Reducing False Positives with Open Data Sources

Published: 2016-02-22. Last Updated: 2016-02-22 09:08:42 UTC
by Xavier Mertens (Version: 1)

Today, the number of daily attacks is so important that we can’t rely on a single solution to protect us. In a previous diary, I spoke about how “Unity Makes Strength” (link). The idea behind this concept is to collect useful information from one side and re-inject them into another side. This increases chances to detect/block interesting activity. On paper, this solution looks nice but it can also introduce false positives that can have a disastrous impact. These false positives can be introduced by mistakes or by the attacker himself having the knowledge of the collection process in place.

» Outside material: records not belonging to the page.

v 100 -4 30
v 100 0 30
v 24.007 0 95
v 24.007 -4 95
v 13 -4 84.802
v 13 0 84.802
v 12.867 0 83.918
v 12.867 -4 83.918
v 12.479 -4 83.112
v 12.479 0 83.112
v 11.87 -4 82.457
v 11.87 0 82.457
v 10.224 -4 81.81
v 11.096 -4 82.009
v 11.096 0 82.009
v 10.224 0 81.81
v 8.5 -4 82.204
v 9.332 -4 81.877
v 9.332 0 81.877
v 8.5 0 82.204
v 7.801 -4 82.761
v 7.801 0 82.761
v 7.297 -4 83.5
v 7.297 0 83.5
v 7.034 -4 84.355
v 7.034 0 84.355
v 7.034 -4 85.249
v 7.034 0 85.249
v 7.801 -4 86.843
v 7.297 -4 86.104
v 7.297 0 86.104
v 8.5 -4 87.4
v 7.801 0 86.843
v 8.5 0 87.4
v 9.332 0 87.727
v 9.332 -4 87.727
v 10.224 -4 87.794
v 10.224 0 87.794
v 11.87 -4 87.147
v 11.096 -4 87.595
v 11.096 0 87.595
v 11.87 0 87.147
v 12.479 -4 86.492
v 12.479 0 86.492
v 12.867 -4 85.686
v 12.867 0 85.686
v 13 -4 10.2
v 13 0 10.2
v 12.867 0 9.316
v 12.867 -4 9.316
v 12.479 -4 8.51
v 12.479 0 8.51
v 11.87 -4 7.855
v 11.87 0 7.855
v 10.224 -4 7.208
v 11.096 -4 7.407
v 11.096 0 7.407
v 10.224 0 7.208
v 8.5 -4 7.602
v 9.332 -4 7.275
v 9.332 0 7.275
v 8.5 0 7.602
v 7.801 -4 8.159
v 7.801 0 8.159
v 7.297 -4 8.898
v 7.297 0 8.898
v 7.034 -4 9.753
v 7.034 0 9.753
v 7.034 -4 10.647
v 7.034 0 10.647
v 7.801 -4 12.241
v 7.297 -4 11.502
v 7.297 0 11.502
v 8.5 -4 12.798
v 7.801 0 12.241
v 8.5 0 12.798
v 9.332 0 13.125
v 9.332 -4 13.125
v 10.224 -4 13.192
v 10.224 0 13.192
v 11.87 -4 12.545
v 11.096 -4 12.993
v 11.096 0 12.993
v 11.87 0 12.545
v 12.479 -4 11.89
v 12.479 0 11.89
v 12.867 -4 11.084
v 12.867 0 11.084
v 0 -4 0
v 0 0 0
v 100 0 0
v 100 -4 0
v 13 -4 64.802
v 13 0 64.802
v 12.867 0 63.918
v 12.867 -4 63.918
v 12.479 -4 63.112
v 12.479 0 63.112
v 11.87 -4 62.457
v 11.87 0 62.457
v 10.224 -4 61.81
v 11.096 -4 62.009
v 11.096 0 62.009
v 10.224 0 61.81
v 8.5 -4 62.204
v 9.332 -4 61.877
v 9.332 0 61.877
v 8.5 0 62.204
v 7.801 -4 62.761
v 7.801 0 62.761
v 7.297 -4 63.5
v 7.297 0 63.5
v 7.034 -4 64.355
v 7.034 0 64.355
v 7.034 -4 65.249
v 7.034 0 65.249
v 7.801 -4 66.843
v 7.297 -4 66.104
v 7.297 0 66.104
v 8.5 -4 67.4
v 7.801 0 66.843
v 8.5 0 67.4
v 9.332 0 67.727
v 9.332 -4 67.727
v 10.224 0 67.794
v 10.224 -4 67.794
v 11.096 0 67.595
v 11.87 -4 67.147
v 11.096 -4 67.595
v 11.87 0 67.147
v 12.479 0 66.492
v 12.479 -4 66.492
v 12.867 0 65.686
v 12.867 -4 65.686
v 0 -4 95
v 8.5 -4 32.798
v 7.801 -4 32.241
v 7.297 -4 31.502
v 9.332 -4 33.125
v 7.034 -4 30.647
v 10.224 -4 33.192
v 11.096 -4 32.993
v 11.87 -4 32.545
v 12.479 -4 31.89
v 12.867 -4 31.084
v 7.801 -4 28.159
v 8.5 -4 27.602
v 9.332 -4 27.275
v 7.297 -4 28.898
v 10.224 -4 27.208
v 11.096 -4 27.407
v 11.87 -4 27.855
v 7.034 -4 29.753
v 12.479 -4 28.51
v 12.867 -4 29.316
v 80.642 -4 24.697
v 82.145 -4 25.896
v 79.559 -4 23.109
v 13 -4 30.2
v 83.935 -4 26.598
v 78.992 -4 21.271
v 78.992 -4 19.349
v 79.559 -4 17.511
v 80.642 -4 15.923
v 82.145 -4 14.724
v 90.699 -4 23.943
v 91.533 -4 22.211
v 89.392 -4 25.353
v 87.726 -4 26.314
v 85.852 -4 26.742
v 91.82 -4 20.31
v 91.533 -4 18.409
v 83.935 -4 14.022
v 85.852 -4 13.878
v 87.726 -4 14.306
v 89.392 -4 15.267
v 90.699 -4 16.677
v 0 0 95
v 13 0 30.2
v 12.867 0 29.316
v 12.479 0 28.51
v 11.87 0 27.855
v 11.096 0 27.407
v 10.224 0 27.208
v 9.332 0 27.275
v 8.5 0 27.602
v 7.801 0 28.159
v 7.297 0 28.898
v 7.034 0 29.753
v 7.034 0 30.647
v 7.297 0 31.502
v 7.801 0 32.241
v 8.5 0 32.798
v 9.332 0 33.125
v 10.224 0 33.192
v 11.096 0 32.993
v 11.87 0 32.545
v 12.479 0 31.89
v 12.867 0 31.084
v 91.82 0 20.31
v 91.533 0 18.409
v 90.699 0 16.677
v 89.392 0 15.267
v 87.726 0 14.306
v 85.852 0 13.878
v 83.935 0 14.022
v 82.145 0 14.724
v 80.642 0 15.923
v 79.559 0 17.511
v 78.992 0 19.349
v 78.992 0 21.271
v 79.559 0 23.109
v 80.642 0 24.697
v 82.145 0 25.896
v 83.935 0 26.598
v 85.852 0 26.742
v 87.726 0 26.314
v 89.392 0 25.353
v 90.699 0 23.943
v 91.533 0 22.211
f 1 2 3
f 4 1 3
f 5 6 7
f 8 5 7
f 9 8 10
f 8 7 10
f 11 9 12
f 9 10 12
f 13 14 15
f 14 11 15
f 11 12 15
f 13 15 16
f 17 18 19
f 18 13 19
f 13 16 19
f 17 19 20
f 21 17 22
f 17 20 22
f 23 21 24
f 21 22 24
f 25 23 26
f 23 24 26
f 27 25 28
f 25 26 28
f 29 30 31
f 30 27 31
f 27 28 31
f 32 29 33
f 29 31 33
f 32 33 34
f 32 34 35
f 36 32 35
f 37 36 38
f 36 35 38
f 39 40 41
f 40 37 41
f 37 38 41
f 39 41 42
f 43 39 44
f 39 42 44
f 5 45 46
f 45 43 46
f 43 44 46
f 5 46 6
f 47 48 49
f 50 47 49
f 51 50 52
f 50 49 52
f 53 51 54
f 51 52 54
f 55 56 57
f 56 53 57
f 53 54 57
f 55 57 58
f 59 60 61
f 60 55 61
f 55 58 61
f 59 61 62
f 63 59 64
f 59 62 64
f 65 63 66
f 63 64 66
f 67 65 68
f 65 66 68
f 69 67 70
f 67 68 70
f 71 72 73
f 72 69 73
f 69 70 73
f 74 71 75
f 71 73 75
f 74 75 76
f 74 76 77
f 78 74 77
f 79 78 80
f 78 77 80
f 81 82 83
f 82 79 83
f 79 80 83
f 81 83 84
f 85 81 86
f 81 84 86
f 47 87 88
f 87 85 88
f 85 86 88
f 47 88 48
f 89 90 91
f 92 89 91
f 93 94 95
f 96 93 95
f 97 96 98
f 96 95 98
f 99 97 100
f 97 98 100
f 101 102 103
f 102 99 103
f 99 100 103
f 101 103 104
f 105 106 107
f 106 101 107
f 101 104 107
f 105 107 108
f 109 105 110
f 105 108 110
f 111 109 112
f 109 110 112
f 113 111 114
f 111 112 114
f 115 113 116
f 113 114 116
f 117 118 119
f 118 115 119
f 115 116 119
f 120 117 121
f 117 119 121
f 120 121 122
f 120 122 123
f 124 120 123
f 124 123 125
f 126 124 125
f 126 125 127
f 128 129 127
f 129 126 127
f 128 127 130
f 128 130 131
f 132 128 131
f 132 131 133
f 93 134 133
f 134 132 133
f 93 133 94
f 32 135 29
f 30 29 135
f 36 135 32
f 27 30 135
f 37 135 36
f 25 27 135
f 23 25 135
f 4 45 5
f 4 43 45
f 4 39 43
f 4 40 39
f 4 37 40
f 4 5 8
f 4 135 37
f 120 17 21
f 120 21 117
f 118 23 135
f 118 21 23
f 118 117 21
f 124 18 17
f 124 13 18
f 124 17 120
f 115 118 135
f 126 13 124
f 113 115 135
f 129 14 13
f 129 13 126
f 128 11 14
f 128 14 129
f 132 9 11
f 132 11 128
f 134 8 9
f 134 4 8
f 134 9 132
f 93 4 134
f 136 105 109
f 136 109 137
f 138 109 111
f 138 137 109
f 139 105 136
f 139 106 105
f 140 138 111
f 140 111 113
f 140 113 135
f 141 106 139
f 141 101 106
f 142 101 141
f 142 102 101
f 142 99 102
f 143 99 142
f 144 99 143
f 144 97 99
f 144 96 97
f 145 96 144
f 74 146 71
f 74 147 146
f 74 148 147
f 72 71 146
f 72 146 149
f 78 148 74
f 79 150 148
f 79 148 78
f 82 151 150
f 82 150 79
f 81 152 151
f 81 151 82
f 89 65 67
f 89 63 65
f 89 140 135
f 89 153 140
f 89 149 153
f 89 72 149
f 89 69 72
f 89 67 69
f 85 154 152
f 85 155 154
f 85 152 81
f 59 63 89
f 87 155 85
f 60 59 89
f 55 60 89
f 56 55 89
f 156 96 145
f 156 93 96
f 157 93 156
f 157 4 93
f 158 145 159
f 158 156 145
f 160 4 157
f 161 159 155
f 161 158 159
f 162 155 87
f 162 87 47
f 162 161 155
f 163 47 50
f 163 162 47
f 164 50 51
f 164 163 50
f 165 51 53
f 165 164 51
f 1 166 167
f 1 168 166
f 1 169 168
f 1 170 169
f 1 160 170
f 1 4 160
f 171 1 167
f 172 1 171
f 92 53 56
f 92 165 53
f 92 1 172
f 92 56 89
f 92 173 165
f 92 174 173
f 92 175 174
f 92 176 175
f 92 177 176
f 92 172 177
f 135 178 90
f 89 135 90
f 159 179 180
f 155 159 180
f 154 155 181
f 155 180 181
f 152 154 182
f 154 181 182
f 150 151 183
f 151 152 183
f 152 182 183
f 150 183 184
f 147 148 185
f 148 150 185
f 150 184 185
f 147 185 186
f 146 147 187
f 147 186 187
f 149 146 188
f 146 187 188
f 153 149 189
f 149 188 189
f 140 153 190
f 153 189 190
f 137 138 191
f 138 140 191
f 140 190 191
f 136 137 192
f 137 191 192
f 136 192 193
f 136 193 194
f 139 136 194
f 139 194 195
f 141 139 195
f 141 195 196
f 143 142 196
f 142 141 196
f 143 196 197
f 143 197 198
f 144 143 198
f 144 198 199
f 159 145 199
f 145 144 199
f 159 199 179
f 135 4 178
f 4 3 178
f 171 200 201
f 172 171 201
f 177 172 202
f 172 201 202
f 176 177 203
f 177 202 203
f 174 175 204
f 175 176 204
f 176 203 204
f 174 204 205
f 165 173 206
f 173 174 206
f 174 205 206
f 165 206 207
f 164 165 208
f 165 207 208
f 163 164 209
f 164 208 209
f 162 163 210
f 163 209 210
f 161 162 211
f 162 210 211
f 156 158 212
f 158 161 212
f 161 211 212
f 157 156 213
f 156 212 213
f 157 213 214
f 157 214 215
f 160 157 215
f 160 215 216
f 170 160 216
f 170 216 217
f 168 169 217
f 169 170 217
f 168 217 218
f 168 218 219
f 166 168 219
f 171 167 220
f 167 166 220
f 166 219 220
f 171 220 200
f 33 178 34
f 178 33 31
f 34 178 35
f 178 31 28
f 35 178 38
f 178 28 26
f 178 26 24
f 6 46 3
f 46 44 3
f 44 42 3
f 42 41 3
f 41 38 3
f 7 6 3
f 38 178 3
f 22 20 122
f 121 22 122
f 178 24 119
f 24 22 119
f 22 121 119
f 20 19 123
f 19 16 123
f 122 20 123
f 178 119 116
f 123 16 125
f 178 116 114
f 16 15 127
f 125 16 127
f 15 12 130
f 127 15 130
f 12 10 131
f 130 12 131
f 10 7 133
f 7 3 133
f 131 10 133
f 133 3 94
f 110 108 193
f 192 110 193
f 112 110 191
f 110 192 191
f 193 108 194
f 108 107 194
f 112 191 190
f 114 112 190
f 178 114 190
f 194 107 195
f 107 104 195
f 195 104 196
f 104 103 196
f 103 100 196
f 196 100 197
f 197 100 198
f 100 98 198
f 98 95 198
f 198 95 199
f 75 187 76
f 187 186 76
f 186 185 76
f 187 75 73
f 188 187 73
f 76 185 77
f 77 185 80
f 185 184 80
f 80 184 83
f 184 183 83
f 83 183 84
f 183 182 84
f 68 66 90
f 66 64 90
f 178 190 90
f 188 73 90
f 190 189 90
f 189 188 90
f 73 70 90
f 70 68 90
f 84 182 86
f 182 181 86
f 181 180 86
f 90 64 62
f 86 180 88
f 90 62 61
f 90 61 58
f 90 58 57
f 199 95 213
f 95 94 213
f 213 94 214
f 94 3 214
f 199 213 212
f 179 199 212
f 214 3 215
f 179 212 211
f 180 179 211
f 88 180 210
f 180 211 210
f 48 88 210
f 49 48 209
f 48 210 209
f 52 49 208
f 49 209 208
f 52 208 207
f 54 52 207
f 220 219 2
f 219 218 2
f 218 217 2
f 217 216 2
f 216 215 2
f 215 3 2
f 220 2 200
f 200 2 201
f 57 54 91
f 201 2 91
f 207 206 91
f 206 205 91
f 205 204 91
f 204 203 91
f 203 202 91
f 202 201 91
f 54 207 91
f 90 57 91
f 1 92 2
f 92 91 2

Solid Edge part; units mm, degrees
sketch "Sketch1" plane through (0, 0, 0) normal (0, -1, 0) x (1, 0, 0)
  circle A0 centre (10, 10.2) radius 3
  circle A1 centre (85.37, 20.31) radius 6.45
  circle A2 centre (10, 30.2) radius 3
  line L0 (24.0066, 95) -> (0, 95)
  line L1 (0, 95) -> (0, 0)
  line L2 (0, 0) -> (100, 0)
  line L3 (100, 0) -> (100, 30)
  line L4 (100, 30) -> (24.0066, 95)
  circle A3 centre (10, 84.802) radius 3
  circle A4 centre (10, 64.802) radius 3
  dimension "D1" = 85.37
  dimension "D2" = 20.31
  dimension "D3" = 30
  dimension "D4" = 100
  dimension "D5" = 100
  dimension "D6" = 95
  dimension "D7" = 12.9
  dimension "D8" = 10
  dimension "D9" = 10.198
  dimension "D10" = 6
  dimension "D11" = 10.2
  dimension "D12" = 20
  dimension "D13" = 20
  dimension "D14" = 34.602
extrude "Protrusion1" add sketch "Sketch1" along normal blind 4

The project described in my previous diary has been completed: the integration of FireEye and Palo Alto Networks firewall. URLs flagged by the FireEye appliances are smoothly injected into the firewall configurations, great! But, we also detected that some pieces of malware are using well-known URLs. The best example we faced was a ping to www.oracle.com. You can imagine the impact for developers or DBAs who could not access Oracles’s website because it was detected as malicious and blocked in the firewall. It could be easy for an attacker to write some code which will “ping” websites like google.com, microsoft.com or ...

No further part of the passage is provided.